*WORK INSTRUCTION*. Range to reproduce from the entries below: the line with "f 13 15 100", the line with "f 190 188 439", and every line in between. Give them exactly and give nothing else.

*MATERIAL PROVIDED*.
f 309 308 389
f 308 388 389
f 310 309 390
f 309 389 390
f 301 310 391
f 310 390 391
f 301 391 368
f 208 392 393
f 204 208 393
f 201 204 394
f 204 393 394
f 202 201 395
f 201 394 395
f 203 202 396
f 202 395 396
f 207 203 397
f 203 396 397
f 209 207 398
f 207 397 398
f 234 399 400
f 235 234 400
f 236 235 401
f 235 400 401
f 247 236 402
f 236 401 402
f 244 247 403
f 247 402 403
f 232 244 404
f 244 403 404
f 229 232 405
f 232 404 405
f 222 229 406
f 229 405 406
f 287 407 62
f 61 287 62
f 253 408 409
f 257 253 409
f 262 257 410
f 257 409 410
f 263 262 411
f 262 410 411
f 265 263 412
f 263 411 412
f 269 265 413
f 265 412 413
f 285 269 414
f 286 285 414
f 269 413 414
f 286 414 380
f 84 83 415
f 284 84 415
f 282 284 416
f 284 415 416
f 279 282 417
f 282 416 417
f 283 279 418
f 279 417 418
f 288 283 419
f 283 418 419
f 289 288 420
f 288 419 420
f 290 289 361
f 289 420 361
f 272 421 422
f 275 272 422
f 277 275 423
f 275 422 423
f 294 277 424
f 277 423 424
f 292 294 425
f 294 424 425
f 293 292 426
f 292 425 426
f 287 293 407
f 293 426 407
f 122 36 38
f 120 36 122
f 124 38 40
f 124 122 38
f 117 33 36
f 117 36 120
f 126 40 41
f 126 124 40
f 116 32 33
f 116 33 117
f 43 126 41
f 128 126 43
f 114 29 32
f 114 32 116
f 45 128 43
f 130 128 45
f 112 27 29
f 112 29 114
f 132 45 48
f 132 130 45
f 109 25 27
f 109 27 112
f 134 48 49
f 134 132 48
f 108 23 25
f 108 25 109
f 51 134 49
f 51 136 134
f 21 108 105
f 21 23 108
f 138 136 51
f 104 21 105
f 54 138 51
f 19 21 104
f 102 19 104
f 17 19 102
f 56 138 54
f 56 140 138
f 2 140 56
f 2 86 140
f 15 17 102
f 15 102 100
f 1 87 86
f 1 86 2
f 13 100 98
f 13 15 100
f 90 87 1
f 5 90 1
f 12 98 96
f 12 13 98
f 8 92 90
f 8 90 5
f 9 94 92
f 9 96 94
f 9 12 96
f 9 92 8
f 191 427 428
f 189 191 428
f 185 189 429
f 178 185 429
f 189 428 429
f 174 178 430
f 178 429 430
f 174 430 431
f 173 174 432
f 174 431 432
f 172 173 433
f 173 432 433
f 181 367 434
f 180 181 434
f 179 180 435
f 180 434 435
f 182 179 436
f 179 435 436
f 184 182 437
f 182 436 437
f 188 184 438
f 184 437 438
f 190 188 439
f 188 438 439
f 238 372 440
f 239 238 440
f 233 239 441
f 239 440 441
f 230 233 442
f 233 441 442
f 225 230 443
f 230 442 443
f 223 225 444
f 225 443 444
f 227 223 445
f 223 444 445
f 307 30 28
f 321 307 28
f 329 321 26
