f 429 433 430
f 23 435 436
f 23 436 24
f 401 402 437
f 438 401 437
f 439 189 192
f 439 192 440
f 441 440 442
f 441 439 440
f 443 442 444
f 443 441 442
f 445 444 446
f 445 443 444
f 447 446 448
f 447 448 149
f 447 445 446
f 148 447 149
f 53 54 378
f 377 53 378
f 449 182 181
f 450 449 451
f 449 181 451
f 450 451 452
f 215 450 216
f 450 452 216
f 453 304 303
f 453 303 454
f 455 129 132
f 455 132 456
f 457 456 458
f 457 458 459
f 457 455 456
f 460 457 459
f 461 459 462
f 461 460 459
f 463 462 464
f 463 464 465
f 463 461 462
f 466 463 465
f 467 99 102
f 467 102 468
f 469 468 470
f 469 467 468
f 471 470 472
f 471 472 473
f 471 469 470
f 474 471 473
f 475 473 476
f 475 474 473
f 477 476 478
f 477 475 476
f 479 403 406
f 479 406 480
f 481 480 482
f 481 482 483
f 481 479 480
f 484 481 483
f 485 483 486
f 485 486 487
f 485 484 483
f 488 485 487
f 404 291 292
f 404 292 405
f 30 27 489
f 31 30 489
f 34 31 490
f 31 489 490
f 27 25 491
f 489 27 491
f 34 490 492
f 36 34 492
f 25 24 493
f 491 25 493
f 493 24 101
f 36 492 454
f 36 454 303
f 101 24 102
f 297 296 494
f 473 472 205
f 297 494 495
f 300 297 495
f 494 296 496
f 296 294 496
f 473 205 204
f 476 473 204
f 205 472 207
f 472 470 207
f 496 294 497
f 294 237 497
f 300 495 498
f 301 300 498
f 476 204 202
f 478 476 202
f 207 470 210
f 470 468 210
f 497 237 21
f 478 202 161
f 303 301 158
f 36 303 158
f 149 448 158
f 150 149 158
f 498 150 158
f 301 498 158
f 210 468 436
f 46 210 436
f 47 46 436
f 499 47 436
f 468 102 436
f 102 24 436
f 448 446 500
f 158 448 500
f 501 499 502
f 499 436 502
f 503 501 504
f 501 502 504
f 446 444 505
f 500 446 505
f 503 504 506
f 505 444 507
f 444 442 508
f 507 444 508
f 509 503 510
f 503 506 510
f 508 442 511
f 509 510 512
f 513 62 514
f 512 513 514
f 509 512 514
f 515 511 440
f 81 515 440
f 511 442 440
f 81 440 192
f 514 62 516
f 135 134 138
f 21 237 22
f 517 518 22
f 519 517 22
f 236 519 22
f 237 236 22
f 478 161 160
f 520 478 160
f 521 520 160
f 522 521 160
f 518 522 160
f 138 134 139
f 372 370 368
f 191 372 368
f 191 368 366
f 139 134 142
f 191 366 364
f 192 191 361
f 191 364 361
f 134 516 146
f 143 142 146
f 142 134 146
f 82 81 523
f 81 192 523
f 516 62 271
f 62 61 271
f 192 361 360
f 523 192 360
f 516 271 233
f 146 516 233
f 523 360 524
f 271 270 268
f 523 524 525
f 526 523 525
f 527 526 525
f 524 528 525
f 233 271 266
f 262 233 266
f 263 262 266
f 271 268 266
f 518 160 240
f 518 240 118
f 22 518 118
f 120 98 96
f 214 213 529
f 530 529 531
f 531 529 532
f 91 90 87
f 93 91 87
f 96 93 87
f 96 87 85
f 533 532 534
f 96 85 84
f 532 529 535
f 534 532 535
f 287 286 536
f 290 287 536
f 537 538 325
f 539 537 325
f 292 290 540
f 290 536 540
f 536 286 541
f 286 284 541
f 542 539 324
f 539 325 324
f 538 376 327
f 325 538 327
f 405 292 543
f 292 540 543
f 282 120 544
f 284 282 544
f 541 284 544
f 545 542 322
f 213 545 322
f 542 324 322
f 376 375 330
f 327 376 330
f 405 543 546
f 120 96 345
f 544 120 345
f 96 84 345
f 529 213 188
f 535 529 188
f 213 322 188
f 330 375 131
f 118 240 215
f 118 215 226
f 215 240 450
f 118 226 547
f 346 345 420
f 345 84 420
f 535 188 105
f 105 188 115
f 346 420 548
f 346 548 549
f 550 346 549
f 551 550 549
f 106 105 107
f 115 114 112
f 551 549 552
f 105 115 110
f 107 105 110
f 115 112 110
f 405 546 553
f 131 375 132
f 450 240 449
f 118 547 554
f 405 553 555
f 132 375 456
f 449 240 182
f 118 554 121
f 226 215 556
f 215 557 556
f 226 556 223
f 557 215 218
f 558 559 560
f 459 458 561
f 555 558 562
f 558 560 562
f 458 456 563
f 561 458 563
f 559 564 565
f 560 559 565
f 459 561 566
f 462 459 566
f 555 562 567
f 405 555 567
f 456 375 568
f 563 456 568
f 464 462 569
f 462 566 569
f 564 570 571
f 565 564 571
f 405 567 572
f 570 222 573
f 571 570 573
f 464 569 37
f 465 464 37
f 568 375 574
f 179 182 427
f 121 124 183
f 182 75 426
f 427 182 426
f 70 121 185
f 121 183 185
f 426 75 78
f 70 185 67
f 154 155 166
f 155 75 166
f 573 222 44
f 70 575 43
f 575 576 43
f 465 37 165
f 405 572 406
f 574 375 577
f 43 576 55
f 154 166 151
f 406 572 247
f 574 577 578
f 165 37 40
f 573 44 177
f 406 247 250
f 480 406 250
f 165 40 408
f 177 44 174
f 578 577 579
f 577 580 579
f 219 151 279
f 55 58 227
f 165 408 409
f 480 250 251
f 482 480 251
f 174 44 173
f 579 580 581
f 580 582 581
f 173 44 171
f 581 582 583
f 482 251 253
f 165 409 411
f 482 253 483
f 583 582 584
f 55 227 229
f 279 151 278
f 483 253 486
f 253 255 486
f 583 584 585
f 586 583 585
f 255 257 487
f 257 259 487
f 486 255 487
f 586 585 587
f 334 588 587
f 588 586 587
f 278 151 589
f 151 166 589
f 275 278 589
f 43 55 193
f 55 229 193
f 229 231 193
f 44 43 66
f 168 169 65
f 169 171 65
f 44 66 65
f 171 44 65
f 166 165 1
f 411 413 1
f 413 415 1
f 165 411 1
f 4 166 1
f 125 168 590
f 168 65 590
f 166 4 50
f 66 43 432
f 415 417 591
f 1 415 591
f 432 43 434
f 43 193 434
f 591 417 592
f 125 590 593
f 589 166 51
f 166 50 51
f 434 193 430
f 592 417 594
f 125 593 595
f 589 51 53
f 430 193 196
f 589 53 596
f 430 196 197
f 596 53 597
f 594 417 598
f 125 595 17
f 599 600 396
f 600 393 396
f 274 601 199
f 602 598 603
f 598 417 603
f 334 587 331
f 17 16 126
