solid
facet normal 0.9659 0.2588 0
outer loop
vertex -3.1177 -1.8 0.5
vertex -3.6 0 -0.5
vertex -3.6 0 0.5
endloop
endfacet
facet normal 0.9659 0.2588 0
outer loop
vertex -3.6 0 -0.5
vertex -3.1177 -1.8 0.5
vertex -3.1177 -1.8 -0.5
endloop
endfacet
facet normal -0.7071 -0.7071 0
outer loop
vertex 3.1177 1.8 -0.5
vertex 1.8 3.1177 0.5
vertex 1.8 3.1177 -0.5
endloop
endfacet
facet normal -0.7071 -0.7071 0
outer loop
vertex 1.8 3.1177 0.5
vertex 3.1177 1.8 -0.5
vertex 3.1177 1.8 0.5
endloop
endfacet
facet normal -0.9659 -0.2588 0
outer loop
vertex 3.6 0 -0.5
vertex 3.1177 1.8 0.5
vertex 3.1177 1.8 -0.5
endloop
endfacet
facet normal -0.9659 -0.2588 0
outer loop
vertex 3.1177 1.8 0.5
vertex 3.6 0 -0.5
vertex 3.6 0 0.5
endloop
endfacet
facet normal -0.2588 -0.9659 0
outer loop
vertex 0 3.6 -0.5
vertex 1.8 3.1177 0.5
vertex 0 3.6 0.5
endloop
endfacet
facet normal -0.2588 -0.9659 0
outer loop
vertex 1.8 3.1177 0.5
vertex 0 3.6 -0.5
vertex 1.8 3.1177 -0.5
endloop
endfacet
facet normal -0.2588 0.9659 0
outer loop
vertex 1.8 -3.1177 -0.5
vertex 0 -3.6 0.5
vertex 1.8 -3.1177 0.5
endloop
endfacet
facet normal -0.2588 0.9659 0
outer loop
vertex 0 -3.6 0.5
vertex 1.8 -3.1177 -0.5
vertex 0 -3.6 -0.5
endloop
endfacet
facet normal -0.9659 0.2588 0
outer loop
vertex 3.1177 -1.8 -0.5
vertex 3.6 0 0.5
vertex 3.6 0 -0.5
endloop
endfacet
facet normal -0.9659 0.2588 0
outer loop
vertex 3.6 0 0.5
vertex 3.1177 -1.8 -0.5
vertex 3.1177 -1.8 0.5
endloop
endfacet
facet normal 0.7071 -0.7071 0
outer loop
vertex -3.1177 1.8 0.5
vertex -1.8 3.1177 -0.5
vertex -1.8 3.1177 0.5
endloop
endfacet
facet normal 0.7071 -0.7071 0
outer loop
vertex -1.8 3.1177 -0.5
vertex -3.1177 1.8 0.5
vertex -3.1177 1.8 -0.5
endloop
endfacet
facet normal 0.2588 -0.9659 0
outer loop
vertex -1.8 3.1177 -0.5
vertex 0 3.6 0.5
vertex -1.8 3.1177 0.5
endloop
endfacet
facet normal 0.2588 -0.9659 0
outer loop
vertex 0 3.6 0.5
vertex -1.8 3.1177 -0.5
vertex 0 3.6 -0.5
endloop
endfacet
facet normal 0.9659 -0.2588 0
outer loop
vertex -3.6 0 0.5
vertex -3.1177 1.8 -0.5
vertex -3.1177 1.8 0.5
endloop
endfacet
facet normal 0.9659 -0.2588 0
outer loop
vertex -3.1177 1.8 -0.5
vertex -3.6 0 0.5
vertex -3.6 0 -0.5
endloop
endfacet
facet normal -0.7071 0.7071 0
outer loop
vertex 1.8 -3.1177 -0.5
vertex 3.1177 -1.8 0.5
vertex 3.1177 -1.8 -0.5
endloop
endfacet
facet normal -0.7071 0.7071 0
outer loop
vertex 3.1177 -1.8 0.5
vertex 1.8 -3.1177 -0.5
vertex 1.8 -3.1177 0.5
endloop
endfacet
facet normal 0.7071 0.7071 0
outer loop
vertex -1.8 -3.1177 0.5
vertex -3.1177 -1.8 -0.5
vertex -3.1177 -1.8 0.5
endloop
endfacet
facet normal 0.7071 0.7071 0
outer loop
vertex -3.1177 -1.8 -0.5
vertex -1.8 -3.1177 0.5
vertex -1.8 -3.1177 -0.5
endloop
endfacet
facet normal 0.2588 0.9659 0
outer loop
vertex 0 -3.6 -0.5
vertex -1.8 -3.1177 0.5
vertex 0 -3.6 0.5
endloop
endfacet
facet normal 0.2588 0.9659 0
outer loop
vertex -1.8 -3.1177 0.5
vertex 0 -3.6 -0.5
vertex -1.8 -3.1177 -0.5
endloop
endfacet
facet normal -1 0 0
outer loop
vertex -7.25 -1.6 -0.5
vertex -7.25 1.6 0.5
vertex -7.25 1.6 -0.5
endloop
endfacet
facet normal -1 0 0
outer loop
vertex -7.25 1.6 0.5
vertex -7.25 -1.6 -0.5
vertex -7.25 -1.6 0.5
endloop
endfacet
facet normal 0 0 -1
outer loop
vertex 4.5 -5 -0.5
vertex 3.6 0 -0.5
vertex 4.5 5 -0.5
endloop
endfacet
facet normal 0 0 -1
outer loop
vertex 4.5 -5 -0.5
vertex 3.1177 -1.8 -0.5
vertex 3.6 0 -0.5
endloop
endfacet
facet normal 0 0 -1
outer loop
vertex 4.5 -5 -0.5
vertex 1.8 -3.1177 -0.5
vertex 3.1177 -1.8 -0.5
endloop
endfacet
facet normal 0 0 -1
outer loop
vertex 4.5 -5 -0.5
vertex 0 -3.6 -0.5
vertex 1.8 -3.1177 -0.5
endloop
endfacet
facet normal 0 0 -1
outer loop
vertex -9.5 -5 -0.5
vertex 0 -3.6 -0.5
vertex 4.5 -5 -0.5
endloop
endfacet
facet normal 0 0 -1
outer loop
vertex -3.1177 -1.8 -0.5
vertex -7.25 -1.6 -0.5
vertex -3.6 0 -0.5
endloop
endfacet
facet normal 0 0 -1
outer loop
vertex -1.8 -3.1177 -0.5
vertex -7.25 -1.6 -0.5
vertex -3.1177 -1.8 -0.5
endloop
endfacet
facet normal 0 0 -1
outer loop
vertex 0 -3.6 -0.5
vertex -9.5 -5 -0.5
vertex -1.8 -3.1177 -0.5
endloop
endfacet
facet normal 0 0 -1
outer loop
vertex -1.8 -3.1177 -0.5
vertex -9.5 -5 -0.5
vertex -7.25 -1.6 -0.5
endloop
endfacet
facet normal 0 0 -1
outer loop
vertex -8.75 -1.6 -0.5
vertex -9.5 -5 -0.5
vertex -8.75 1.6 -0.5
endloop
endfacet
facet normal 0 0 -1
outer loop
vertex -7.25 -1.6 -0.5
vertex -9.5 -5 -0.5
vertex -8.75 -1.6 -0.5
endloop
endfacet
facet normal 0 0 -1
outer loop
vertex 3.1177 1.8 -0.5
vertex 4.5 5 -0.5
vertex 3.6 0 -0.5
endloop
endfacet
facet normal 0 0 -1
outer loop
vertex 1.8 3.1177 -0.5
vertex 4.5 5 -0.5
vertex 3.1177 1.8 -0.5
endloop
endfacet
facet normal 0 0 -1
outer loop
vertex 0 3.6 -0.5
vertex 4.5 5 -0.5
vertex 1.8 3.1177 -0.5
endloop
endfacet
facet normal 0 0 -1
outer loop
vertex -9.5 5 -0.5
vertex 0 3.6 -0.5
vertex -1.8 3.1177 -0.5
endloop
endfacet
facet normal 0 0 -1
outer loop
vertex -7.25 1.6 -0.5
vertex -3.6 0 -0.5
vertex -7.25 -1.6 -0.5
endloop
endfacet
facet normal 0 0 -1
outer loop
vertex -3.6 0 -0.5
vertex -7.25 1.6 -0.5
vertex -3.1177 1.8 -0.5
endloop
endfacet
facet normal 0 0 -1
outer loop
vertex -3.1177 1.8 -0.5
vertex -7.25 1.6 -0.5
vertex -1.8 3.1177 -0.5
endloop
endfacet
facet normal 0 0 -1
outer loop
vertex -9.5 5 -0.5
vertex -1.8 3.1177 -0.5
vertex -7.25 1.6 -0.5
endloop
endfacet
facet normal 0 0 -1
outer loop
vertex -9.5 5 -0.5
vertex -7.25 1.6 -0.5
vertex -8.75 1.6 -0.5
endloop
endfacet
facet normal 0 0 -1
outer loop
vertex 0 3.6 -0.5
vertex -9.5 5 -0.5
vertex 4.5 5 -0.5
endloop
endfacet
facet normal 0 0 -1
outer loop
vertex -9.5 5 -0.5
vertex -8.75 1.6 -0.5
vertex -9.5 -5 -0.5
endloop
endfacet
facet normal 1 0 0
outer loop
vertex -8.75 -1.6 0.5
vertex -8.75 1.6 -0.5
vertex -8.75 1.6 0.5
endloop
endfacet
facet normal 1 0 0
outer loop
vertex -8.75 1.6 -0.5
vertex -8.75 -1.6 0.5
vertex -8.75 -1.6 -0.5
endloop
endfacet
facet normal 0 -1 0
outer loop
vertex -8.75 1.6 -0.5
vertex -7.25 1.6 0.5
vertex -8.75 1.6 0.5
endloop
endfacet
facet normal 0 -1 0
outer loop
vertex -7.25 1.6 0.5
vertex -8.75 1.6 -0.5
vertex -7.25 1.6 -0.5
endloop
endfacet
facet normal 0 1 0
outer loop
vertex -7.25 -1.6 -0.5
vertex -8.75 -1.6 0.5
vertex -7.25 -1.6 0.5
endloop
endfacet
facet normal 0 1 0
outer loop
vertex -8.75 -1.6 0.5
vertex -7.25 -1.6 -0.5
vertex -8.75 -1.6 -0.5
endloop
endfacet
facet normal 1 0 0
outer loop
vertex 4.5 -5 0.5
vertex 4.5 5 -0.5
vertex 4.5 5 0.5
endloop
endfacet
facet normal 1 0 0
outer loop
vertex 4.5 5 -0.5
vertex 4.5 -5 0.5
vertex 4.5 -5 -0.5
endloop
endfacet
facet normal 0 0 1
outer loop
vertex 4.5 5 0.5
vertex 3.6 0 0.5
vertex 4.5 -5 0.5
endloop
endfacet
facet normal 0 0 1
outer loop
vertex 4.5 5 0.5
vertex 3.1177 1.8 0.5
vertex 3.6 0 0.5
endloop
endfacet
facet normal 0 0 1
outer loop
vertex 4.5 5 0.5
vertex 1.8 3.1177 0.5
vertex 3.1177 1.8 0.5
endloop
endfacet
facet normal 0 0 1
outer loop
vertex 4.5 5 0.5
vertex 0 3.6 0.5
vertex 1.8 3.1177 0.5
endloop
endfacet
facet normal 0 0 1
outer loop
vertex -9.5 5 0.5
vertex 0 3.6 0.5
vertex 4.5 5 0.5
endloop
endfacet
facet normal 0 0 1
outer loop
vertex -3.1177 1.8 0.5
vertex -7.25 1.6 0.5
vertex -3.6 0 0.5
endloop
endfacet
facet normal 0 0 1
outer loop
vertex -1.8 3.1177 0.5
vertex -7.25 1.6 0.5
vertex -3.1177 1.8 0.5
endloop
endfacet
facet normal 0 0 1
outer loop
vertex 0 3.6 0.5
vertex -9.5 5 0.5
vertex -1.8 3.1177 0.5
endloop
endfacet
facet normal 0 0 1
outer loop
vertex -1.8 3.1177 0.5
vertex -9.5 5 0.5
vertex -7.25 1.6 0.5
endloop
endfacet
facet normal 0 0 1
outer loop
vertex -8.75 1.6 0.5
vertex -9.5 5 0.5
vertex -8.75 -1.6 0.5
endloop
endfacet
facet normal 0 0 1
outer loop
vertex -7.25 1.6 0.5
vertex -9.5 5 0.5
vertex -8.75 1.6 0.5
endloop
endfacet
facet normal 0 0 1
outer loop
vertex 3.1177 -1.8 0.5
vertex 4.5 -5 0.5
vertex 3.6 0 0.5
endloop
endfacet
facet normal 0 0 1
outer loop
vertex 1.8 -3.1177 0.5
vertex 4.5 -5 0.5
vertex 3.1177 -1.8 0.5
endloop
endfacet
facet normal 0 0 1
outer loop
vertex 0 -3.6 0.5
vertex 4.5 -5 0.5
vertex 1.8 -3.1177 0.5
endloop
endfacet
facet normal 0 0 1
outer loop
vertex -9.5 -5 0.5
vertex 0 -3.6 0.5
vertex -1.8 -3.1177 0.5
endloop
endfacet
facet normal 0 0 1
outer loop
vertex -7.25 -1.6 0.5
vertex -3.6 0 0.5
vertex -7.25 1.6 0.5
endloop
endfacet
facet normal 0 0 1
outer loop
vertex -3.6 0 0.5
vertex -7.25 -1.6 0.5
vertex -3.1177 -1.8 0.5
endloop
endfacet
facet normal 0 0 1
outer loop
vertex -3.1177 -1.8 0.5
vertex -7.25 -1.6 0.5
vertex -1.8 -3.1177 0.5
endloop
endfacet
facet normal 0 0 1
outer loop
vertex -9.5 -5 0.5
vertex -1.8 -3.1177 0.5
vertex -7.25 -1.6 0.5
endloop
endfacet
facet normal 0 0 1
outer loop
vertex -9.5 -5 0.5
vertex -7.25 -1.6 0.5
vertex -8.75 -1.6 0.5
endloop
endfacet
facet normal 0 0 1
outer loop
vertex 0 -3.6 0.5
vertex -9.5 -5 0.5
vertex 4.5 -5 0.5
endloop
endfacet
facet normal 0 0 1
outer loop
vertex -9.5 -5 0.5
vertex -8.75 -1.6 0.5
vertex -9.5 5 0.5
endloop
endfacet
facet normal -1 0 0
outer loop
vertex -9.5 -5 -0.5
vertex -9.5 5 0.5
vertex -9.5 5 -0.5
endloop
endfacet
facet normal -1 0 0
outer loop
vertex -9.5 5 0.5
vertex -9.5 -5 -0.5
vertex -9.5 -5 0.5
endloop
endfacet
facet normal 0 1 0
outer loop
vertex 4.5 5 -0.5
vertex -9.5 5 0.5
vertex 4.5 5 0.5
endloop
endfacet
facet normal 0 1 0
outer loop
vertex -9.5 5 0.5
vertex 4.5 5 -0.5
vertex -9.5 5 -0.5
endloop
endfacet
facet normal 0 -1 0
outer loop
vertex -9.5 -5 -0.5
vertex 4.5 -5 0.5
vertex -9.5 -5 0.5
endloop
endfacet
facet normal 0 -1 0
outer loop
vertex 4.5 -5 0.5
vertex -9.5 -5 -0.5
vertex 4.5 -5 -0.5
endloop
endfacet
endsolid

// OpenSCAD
/*

cd /Users/d/Desktop/3dprint/ImplicitCad/
~/.cabal/bin/extopenscad pot3.scad

*/

$res=0.15;


module pot() {
	cylinder(r=3.6, h=5, center = true);
	translate([-8, 0, 0.75])
	cube(size = [1.5, 3.2, 2.5], center = true);
}

difference(){
    translate([-2.5,0,0])
	cube(size = [14, 10, 1], center = true);
	pot();
}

*SOLUTION TO THIS PROBLEM*.
f 13 15 100
f 90 87 1
f 5 90 1
f 12 98 96
f 12 13 98
f 8 92 90
f 8 90 5
f 9 94 92
f 9 96 94
f 9 12 96
f 9 92 8
f 191 427 428
f 189 191 428
f 185 189 429
f 178 185 429
f 189 428 429
f 174 178 430
f 178 429 430
f 174 430 431
f 173 174 432
f 174 431 432
f 172 173 433
f 173 432 433
f 181 367 434
f 180 181 434
f 179 180 435
f 180 434 435
f 182 179 436
f 179 435 436
f 184 182 437
f 182 436 437
f 188 184 438
f 184 437 438
f 190 188 439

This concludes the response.